Ausstellungen, Waldspaziergang, Waldfestessen

Wald bedeutet dem Wortursprung nach „dicht bewachsen“, ein mit Bäumen bestandener Ausschnitt der Erd-Oberfläche, im Volksmund gern als „grüne Lunge“ bezeichnet.

Wald war schon immer Vieles zugleich: wilde Naturlandschaft und gepflegter Nutzwald, Sehnsuchtsort für mythisch-völkische Projektionen, ebenso wie Zuflucht für Freigeister, Pilzesammler und Aussteiger, Wohnort von Fabelwesen, Versteck für Räuber, gefährliche Wildnis, die nicht lebend durchquert, wer sie nicht kennt. Wald ist aber auch nachwachsende Resource, Lieferant von Holz für Häuser, Schiffe, Möbel, Skulpturen und wärmendes Feuer. Zeitung war über 500 Jahre ohne Bäume nicht denkbar. Papier entstand aus gefälltem Wald. Je mehr über die Jahrhunderte der bedrohliche Charakter des undurchdringlichen Dickichts zurücktrat, Motorsäge und Rückewagen den Urwald lichteten und Wege bahnten, um so stärker boten sich die grünen Zonen für Freizeit und Erholung an, als ein Ort der Gesundung von der Unwirtlichkeit der Städte.

Die gesellschaftlichen Projektionen auf das Heilpotential des Waldes sind mannigfaltig und werden von einem pan-europäischen forstpolitischen Prozess auf Ministerebene flankiert. Waldtherapie soll unser Immunsystem stärken. Selbst die von zuviel Chemie kranke Landwirtschaft kann am laub- und wurzelreichen „Ökosystem“ gesunden, dank lehrreicher Waldgärtnerei. Und am Ende legen wir uns in den Friedwald, dem jüngsten Geschäftsmodell unterm Blätterdach und werden eins mit der Natur, ausgestreut als Dünger.

In den 1980er Jahren ging es dem Wald plötzlich überraschend schlecht. Das war keine Lungenentzündung – der Fall galt als aussichtslos: Waldsterben. Saurer Regen sollte daran schuld sein. Man blickte erneut mit Existenz-Angst auf die Bäume. Sind auch wir bald alle tot?
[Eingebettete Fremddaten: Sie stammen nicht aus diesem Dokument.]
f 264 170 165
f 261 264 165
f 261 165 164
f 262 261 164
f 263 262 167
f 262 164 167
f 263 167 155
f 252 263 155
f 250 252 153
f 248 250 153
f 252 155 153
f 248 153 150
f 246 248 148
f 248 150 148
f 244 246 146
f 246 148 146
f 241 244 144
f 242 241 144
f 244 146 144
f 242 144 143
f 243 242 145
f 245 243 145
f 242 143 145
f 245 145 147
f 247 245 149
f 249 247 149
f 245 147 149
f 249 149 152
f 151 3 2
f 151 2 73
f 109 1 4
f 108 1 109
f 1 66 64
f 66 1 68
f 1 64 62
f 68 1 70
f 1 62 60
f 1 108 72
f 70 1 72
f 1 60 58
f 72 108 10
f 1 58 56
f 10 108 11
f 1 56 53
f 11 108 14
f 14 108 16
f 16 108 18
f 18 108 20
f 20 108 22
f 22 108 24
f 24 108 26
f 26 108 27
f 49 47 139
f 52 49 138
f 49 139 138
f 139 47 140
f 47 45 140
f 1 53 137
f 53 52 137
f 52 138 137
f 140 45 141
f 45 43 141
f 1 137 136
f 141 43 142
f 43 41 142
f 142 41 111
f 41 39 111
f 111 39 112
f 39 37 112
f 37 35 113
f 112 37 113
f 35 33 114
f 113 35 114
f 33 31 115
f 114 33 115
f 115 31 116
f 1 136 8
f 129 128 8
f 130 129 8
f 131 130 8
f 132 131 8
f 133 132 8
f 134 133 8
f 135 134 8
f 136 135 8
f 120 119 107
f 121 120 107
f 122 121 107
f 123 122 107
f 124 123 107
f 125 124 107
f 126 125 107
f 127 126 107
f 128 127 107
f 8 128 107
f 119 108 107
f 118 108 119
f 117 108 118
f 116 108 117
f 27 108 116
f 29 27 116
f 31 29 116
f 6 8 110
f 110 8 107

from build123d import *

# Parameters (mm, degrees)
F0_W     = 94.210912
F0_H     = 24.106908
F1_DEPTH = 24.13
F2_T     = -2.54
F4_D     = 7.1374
Das 21. Jahrhundert beginnt in Bezug auf den Wald mit einem Paradigmenwechsel. Plötzlich gibt es statt chemisch verseuchtem Niederschlag und zerborstener Stämme den Klimawandel, ein politisches Instrument, mit dem ein Jeder persönlich in die Verantwortung genommen werden kann für die Rettung der Welt – einfach indem er sich wirtschaftsförderlichen Maßnahmen wie Abwrackprämie, Feinstaubfilter und Elektromobilität unterwirft.

Was aber passiert derweil im Wald? Atmet der Patient noch?
Das Projekt „Wilde Welt Wald“ geht am Pfingstwochenende 2018 diesen Fragen auf den Grund mit Lesungen, Exkursionen und Gesprächen im Ferbitzer Forst, Ausstellungen und Filmen bei BBM eV Unbesandten, in der Galerie Divan und der Kirche in Stavenow.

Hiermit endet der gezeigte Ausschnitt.